Zeta Potential of Calcium Carbonate Precipitated in the Presence of Sodium Polyacrylates

Sodium polyacrylates (NaPA) series, having weight average molecular weights (M-w) ranging from 2500 to 10 000 g . mol(-1), were used as additives in the precipitation medium of calcium carbonate (CaCO3). Analytical methods such as Scanning Electronic Microscopy, X-ray diffraction and microelectrophoresis were then performed to determine the morphologies, polymorphs, the zeta potentials, and the sizes of the final CaCO3 particles. The X-Ray Diffraction data indicate that the final CaCO3 particles have two coexisting polymorphs: calcite and vaterite. The vaterite fraction (f(v)) is found to vary with the NaPA concentration (C-poly) and Mw. The microelectrophoresis data indicate that the magnitude of CaCO3 particles zeta potential (xi) increases when Cpoly increases from 0.024 to 0.04 g . L-1, leading to wettability transition of the mineral, respectively, from hydrophobic to hydrophilic. Further, at a given value of Cpoly, the zeta potential reaches its maximum value (xi(max)) at an optimum polymer molecular weight of M-w = 5870 g . mol(-1).
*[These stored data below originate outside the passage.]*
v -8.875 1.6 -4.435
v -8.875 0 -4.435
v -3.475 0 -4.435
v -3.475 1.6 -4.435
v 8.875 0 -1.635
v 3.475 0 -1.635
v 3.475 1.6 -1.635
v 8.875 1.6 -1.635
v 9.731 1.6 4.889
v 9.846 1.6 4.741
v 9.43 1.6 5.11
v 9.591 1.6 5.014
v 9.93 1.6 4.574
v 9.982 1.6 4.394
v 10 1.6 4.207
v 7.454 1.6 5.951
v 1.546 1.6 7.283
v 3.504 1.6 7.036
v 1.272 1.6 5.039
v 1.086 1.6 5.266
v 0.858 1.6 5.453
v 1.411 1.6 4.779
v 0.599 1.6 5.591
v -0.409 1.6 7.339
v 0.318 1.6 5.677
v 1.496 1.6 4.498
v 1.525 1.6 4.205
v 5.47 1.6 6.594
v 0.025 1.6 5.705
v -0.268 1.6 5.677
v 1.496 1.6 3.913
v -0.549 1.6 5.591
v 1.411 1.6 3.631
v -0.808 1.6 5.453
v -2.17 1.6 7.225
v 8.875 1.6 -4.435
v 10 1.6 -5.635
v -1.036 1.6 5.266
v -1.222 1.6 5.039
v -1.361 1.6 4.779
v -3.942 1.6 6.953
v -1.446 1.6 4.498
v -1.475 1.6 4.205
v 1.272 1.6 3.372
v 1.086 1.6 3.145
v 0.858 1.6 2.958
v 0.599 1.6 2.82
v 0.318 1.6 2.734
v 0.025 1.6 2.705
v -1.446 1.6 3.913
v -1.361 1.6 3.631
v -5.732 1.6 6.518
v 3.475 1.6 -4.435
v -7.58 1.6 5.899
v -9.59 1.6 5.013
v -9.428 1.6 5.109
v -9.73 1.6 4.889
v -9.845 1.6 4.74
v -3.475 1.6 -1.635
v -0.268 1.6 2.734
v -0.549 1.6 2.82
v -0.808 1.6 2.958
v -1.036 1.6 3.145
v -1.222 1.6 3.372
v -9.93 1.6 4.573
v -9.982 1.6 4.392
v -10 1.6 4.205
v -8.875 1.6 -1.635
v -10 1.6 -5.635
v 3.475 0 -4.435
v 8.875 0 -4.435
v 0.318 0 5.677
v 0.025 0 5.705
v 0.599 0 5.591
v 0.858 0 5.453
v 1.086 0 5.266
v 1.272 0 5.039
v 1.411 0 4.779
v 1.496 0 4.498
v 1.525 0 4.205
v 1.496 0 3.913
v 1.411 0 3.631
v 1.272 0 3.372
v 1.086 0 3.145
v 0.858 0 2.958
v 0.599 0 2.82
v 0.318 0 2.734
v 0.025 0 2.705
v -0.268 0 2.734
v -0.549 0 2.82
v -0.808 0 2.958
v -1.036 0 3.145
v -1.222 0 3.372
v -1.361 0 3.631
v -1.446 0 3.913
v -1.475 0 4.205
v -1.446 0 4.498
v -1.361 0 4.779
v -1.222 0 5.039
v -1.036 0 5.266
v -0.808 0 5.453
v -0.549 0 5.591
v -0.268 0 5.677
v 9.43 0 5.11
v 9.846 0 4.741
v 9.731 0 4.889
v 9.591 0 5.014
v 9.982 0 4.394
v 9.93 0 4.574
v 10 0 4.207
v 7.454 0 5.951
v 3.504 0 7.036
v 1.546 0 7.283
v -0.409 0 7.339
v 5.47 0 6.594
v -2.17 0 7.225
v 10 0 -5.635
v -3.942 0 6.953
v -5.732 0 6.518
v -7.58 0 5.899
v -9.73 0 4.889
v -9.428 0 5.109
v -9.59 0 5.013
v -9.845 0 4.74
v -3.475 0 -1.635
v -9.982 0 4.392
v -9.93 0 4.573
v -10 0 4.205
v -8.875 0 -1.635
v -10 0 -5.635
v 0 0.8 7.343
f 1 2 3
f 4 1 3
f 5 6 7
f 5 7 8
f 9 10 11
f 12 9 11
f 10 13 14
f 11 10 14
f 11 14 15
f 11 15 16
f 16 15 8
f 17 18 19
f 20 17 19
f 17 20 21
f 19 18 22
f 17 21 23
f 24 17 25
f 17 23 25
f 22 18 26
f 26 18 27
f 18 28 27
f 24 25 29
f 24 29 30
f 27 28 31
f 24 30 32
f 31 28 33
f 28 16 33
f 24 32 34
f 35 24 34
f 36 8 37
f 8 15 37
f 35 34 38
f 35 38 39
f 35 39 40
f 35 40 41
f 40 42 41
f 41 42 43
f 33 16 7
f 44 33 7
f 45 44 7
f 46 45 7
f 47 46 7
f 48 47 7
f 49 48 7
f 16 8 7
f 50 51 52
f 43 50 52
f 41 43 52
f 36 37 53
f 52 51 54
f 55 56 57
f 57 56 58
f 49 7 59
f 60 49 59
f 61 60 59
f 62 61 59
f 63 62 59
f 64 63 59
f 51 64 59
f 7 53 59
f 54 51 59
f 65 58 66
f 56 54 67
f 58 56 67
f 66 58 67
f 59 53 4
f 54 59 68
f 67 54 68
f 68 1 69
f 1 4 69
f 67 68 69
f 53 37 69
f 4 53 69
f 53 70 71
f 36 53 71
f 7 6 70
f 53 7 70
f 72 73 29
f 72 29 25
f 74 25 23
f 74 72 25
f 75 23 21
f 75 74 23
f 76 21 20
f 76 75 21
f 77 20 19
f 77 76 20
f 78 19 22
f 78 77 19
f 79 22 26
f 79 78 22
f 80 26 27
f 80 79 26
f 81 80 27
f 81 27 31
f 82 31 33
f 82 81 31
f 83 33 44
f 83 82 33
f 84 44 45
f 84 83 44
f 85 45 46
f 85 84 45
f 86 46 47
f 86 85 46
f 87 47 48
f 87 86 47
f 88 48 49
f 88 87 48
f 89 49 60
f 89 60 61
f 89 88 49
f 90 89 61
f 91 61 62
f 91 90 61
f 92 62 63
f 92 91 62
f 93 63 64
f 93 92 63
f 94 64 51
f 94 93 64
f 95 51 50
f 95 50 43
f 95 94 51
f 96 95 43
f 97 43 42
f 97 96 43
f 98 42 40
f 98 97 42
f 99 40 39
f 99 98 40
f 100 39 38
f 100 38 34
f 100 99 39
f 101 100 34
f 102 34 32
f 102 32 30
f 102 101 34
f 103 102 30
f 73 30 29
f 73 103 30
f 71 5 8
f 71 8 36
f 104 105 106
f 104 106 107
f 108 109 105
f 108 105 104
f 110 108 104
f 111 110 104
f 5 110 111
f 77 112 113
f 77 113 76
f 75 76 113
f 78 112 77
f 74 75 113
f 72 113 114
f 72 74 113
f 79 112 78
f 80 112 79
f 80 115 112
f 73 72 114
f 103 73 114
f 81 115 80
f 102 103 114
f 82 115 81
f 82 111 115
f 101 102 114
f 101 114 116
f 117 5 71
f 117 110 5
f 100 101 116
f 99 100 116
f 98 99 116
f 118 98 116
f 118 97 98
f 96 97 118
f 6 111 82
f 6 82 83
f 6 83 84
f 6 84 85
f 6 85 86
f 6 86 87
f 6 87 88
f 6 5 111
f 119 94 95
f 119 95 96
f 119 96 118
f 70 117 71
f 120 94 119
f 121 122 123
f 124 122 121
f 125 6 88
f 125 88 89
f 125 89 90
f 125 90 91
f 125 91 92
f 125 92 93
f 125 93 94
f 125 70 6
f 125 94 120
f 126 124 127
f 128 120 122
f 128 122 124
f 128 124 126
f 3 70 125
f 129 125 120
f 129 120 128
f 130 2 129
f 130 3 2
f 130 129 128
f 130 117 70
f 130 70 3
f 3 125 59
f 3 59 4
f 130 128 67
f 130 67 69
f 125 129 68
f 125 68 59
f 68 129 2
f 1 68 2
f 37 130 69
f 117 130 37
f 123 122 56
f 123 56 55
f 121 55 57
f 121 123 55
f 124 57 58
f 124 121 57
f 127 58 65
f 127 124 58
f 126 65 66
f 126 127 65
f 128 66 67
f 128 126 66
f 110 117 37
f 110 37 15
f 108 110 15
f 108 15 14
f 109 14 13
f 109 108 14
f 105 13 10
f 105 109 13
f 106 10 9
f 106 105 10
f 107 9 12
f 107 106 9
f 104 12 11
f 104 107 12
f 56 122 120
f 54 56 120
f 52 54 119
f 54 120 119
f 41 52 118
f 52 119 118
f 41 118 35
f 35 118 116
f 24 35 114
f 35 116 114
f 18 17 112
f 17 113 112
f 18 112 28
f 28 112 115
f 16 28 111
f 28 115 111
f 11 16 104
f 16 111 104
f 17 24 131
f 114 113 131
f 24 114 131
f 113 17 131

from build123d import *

# Parameters (mm, degrees)
SKETCH_1_R      = 1.5
SKETCH_1_W      = 5.4
SKETCH_1_H      = 2.8
EXTRUDE_1_DEPTH = 1.6


with BuildPart() as part:
    # 스케치1 → 보스-돌출1 (new body)
    with BuildSketch(Plane(origin=(0, 0, 0), x_dir=(1, 0, 0), z_dir=(0, 1, 0))):
        with BuildLine():
            Line((-10, 5.634530717), (10, 5.634530717))
            Line((10, 5.634530717), (10, -4.207222136))
            ThreePointArc((10, -4.207222136), (9.845653495, -4.740954435), (9.430259666, -5.109927304))
            add(Edge.make_bspline(
                [(-9.428195587, -5.109155368), (-6.286031575, -6.598013928), (-0.00904299, -8.087277746), (6.306496469, -6.598817984), (9.430259666, -5.109927304)],
                knots=[0.028590221, 0.028590221, 0.028590221, 0.028590221, 0.499914822, 0.971328473, 0.971328473, 0.971328473, 0.971328473], degree=3))
            ThreePointArc((-9.428195587, -5.109155368), (-9.845043072, -4.740167522), (-10, -4.205469283))
            Line((-10, -4.205469283), (-10, 5.634530717))
        make_face()
        with Locations(Location((0.025, -4.205469283, 0), (0, 0, 270))):
            Circle(SKETCH_1_R, mode=Mode.SUBTRACT)
        with Locations((6.175, 3.034530717)):
            Rectangle(SKETCH_1_W, SKETCH_1_H, mode=Mode.SUBTRACT)
        with Locations((-6.175, 3.034530717)):
            Rectangle(SKETCH_1_W, SKETCH_1_H, mode=Mode.SUBTRACT)
    extrude(amount=EXTRUDE_1_DEPTH)


solid = part.part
Such modification CaCO3 particles surface charge by NaPA polymer is related to the calcium surface density and the rate of adsorption of the polymer onto the growing CaCO3 crystal. The mechanism by which the NaPA modifies the CaCO3 surface properties involves the formation of CaPA complexes, i.e., the formation of ions pairs between the calcium ions and carboxylate groups of the anionic PA-backbone, followed by CaPA adsorption from water onto the growing CaCO3 faces. The overall effect of polymer leads to growth inhibition and zeta potential modification of CaCO3 particles.